→ **Task description**
Lines below starting with the line with "#68=VERTEX_POINT('',#67);" and going on through the line with "#110=ORIENTED_EDGE('',*,*,#27,.F.);" must be output exactly; the rest of the records must be left out.

→ **Saved data entries**
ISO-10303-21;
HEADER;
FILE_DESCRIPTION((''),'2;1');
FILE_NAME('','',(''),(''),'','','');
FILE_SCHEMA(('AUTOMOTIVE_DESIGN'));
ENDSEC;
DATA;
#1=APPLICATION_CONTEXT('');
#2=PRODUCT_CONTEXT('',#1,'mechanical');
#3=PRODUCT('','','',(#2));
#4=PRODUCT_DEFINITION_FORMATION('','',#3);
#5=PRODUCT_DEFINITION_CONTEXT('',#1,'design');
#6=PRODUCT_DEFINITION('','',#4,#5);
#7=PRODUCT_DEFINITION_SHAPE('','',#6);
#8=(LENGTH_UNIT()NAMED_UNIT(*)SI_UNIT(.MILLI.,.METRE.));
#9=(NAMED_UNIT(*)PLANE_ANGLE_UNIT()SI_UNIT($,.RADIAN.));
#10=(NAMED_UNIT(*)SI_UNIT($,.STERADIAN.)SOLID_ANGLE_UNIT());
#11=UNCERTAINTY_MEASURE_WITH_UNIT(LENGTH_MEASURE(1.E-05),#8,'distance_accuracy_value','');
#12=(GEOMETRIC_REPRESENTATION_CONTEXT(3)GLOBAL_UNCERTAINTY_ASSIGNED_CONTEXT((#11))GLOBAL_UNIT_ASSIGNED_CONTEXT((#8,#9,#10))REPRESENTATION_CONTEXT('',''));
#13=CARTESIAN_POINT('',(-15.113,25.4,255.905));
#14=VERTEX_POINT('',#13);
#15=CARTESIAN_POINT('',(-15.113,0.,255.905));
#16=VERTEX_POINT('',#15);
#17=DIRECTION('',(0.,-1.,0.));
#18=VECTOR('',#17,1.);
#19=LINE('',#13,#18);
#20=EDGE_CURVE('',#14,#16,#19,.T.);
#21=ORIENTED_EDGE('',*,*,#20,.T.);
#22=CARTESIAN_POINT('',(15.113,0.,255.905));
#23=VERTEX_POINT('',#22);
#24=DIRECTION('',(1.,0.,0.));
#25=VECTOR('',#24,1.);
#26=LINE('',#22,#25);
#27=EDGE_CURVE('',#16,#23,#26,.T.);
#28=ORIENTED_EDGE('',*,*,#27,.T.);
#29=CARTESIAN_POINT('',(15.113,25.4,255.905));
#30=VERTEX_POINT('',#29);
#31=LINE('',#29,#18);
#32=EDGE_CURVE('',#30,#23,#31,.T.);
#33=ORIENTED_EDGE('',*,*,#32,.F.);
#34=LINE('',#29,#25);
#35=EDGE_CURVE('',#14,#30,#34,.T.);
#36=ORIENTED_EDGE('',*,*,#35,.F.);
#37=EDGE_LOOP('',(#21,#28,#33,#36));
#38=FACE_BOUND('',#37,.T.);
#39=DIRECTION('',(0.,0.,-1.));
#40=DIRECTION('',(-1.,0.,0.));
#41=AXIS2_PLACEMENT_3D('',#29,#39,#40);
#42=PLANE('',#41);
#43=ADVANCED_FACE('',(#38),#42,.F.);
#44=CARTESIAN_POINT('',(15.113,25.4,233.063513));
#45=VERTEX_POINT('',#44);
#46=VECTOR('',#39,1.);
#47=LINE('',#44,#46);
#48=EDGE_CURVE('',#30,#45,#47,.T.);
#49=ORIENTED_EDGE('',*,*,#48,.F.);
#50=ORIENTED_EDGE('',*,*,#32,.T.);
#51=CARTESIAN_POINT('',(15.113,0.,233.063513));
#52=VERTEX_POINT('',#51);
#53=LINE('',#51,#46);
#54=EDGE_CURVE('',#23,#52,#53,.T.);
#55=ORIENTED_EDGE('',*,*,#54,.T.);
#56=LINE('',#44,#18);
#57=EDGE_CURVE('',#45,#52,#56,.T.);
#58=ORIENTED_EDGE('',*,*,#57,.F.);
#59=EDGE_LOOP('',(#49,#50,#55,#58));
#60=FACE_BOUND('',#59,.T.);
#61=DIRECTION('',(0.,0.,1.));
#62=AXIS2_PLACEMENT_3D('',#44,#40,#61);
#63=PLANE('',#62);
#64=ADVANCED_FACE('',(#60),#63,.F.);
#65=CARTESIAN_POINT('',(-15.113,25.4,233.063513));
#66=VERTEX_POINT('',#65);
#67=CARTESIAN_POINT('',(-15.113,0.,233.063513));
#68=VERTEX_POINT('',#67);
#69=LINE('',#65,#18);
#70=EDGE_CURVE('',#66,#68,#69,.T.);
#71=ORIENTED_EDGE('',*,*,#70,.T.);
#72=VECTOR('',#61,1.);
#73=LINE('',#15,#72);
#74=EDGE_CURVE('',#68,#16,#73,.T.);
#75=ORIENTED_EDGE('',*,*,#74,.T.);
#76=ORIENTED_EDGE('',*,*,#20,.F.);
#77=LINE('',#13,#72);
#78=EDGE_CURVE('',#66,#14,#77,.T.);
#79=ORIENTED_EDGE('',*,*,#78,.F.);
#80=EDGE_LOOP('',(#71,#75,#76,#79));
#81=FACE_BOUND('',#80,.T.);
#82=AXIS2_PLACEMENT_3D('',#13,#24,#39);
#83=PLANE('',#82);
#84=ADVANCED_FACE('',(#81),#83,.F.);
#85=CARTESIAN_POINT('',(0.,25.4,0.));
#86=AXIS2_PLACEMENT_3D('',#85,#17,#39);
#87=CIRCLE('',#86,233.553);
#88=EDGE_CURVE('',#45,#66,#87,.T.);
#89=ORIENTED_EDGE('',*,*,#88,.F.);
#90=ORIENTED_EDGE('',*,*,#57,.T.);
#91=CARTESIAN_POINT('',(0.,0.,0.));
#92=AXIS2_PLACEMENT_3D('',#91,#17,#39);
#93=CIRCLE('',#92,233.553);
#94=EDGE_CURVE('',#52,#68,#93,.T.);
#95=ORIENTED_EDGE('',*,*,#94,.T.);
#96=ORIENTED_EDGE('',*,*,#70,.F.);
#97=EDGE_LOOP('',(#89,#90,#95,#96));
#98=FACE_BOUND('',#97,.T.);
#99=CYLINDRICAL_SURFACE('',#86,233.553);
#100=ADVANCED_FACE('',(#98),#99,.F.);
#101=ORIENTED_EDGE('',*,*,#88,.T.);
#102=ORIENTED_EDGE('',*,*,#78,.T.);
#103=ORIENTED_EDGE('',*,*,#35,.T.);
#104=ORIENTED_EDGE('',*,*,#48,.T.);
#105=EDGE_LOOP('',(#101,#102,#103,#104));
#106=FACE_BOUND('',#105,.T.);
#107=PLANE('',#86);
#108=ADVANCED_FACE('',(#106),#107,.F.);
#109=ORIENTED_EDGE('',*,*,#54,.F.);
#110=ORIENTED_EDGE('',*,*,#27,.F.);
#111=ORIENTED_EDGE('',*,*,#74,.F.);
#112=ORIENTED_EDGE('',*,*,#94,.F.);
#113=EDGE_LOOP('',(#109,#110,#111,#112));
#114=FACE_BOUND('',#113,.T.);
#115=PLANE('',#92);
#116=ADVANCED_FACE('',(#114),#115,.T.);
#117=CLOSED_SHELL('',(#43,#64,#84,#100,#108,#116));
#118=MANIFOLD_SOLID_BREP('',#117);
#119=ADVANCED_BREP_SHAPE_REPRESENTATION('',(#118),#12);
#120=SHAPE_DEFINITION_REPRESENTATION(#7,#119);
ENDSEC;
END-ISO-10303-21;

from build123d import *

# Parameters (mm, degrees)
BOSS_EXTRUDE1_DEPTH = 25.4


with BuildPart() as part:
    # Sketch1 → Boss-Extrude1 (new body)
    with BuildSketch(Plane(origin=(0, 0, 0), x_dir=(1, 0, 0), z_dir=(0, 1, 0))):
        with BuildLine():
            Line((15.113, -233.063512889), (15.113, -255.905))
            Line((15.113, -255.905), (-15.113, -255.905))
            Line((-15.113, -255.905), (-15.113, -233.063512889))
            ThreePointArc((-15.113, -233.063512889), (0, -233.553), (15.113, -233.063512889))
        make_face()
    extrude(amount=BOSS_EXTRUDE1_DEPTH)


solid = part.part
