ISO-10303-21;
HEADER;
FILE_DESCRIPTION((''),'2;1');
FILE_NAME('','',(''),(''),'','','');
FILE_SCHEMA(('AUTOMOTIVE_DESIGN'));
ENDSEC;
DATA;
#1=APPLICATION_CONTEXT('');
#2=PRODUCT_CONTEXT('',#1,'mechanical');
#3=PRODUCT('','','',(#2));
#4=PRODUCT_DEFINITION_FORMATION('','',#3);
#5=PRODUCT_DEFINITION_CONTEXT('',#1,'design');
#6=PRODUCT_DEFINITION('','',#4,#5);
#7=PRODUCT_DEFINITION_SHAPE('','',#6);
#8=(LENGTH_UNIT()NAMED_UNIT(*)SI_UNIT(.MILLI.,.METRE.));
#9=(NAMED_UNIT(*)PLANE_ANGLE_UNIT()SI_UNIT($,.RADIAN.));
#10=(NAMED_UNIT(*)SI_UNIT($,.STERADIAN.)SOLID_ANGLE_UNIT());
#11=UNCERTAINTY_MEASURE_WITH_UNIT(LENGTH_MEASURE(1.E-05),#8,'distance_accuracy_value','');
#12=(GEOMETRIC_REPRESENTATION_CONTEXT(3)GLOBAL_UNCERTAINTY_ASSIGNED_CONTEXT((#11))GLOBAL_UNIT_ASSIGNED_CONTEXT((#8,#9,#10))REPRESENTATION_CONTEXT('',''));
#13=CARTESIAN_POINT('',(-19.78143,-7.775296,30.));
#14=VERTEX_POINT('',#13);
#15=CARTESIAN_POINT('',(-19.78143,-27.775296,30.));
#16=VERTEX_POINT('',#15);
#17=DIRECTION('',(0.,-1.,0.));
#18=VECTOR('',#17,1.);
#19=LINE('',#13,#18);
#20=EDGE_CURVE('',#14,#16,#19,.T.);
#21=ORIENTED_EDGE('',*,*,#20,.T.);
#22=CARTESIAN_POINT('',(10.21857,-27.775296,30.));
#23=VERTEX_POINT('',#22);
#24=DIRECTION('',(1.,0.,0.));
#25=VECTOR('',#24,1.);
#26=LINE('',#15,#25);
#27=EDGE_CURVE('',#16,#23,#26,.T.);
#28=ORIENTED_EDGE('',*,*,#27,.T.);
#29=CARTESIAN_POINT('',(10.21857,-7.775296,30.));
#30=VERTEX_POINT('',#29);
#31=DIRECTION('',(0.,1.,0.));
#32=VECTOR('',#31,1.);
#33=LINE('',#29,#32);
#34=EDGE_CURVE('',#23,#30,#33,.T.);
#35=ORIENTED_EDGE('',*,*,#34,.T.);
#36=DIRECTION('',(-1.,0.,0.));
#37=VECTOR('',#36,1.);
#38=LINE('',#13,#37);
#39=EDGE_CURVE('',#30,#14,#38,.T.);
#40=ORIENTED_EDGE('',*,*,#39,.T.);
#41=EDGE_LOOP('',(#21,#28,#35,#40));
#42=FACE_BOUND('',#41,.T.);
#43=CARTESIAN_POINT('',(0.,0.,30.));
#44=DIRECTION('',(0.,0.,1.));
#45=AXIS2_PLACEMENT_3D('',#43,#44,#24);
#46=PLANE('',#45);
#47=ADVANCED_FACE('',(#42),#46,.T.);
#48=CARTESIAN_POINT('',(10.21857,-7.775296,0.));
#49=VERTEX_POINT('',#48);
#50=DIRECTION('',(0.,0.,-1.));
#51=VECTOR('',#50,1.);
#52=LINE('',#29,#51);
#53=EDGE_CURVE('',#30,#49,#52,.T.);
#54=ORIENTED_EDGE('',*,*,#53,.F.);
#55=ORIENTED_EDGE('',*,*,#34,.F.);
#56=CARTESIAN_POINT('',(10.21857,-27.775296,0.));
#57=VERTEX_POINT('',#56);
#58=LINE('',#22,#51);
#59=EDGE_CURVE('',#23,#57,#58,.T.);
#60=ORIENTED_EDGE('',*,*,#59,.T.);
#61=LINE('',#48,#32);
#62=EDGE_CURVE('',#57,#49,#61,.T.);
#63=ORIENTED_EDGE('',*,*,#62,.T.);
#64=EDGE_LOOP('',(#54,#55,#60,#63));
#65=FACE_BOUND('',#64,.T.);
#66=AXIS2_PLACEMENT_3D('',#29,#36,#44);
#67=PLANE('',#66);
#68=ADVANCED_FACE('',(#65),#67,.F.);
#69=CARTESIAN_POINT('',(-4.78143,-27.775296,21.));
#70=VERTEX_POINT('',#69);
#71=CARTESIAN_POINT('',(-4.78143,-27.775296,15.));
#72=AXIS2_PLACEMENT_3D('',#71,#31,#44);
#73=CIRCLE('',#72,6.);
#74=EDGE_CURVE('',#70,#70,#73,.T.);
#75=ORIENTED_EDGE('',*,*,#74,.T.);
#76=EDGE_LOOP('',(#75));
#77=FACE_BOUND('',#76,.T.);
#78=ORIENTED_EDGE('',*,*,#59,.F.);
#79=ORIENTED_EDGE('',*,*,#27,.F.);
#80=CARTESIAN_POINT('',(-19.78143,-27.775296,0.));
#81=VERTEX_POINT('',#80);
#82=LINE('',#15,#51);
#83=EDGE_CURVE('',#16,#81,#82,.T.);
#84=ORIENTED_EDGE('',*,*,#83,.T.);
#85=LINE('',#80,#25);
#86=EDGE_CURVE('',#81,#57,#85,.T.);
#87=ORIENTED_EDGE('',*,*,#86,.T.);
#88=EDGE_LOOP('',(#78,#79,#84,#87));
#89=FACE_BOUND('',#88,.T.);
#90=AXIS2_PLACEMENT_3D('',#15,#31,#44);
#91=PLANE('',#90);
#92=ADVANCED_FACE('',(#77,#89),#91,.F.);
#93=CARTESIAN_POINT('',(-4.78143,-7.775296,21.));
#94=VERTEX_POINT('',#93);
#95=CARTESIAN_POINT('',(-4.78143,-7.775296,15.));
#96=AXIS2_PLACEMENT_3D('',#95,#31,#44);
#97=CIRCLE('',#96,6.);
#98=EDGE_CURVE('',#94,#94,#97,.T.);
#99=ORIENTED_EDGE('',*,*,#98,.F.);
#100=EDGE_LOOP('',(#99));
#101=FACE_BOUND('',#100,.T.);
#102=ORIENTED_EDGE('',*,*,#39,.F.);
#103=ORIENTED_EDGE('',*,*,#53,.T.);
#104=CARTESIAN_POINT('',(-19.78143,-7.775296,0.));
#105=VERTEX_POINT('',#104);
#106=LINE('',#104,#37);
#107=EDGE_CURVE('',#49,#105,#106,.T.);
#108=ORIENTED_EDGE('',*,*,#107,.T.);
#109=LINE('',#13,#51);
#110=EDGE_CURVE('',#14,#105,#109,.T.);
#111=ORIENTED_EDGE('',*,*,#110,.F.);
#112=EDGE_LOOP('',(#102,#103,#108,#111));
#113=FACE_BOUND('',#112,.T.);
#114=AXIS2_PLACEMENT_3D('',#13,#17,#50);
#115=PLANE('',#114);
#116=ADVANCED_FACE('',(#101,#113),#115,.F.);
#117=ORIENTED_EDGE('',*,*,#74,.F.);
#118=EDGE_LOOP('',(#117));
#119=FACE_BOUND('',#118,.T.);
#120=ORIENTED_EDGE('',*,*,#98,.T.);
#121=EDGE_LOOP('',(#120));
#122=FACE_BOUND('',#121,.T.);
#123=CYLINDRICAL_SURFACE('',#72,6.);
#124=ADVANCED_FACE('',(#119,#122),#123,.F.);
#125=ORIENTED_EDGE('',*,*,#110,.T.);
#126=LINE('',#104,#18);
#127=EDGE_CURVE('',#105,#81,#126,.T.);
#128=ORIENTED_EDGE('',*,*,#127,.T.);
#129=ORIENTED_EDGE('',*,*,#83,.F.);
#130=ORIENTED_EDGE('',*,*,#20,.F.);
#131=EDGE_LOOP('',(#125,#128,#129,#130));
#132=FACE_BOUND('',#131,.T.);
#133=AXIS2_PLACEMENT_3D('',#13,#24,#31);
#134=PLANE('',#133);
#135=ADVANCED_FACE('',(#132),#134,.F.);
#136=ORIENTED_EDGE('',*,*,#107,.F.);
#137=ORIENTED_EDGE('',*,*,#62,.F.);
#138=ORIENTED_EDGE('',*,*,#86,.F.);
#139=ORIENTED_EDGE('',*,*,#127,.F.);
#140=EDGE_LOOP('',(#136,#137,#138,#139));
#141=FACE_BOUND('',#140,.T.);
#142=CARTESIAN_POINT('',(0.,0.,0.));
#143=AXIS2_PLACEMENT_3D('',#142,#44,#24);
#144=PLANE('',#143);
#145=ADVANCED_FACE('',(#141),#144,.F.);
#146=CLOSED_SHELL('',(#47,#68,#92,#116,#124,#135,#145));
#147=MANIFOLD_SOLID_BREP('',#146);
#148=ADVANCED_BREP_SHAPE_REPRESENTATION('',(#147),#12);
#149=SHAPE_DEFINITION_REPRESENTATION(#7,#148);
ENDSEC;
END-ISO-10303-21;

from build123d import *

# Parameters (mm, degrees)
SKETCH1_W           = 30
SKETCH1_H           = 20
BOSS_EXTRUDE1_DEPTH = 30
SKETCH3_R           = 6
CUT_EXTRUDE1_DEPTH  = 21


with BuildPart() as part:
    # Sketch1 → Boss-Extrude1 (new body)
    with BuildSketch(Plane.XY):
        with Locations((-4.781430238, -17.775295883)):
            Rectangle(SKETCH1_W, SKETCH1_H)
    extrude(amount=BOSS_EXTRUDE1_DEPTH)

    # Sketch3 → Cut-Extrude1 (cut, through all)
    with BuildSketch(Plane(origin=(0, -7.775295883, 0), x_dir=(1, 0, 0), z_dir=(0, 1, 0))):
        with Locations((-4.781430238, -15)):
            Circle(SKETCH3_R)
    extrude(amount=-CUT_EXTRUDE1_DEPTH, mode=Mode.SUBTRACT)


solid = part.part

→ **Response box**
#68=VERTEX_POINT('',#67);
#69=LINE('',#65,#18);
#70=EDGE_CURVE('',#66,#68,#69,.T.);
#71=ORIENTED_EDGE('',*,*,#70,.T.);
#72=VECTOR('',#61,1.);
#73=LINE('',#15,#72);
#74=EDGE_CURVE('',#68,#16,#73,.T.);
#75=ORIENTED_EDGE('',*,*,#74,.T.);
#76=ORIENTED_EDGE('',*,*,#20,.F.);
#77=LINE('',#13,#72);
#78=EDGE_CURVE('',#66,#14,#77,.T.);
#79=ORIENTED_EDGE('',*,*,#78,.F.);
#80=EDGE_LOOP('',(#71,#75,#76,#79));
#81=FACE_BOUND('',#80,.T.);
#82=AXIS2_PLACEMENT_3D('',#13,#24,#39);
#83=PLANE('',#82);
#84=ADVANCED_FACE('',(#81),#83,.F.);
#85=CARTESIAN_POINT('',(0.,25.4,0.));
#86=AXIS2_PLACEMENT_3D('',#85,#17,#39);
#87=CIRCLE('',#86,233.553);
#88=EDGE_CURVE('',#45,#66,#87,.T.);
#89=ORIENTED_EDGE('',*,*,#88,.F.);
#90=ORIENTED_EDGE('',*,*,#57,.T.);
#91=CARTESIAN_POINT('',(0.,0.,0.));
#92=AXIS2_PLACEMENT_3D('',#91,#17,#39);
#93=CIRCLE('',#92,233.553);
#94=EDGE_CURVE('',#52,#68,#93,.T.);
#95=ORIENTED_EDGE('',*,*,#94,.T.);
#96=ORIENTED_EDGE('',*,*,#70,.F.);
#97=EDGE_LOOP('',(#89,#90,#95,#96));
#98=FACE_BOUND('',#97,.T.);
#99=CYLINDRICAL_SURFACE('',#86,233.553);
#100=ADVANCED_FACE('',(#98),#99,.F.);
#101=ORIENTED_EDGE('',*,*,#88,.T.);
#102=ORIENTED_EDGE('',*,*,#78,.T.);
#103=ORIENTED_EDGE('',*,*,#35,.T.);
#104=ORIENTED_EDGE('',*,*,#48,.T.);
#105=EDGE_LOOP('',(#101,#102,#103,#104));
#106=FACE_BOUND('',#105,.T.);
#107=PLANE('',#86);
#108=ADVANCED_FACE('',(#106),#107,.F.);
#109=ORIENTED_EDGE('',*,*,#54,.F.);
#110=ORIENTED_EDGE('',*,*,#27,.F.);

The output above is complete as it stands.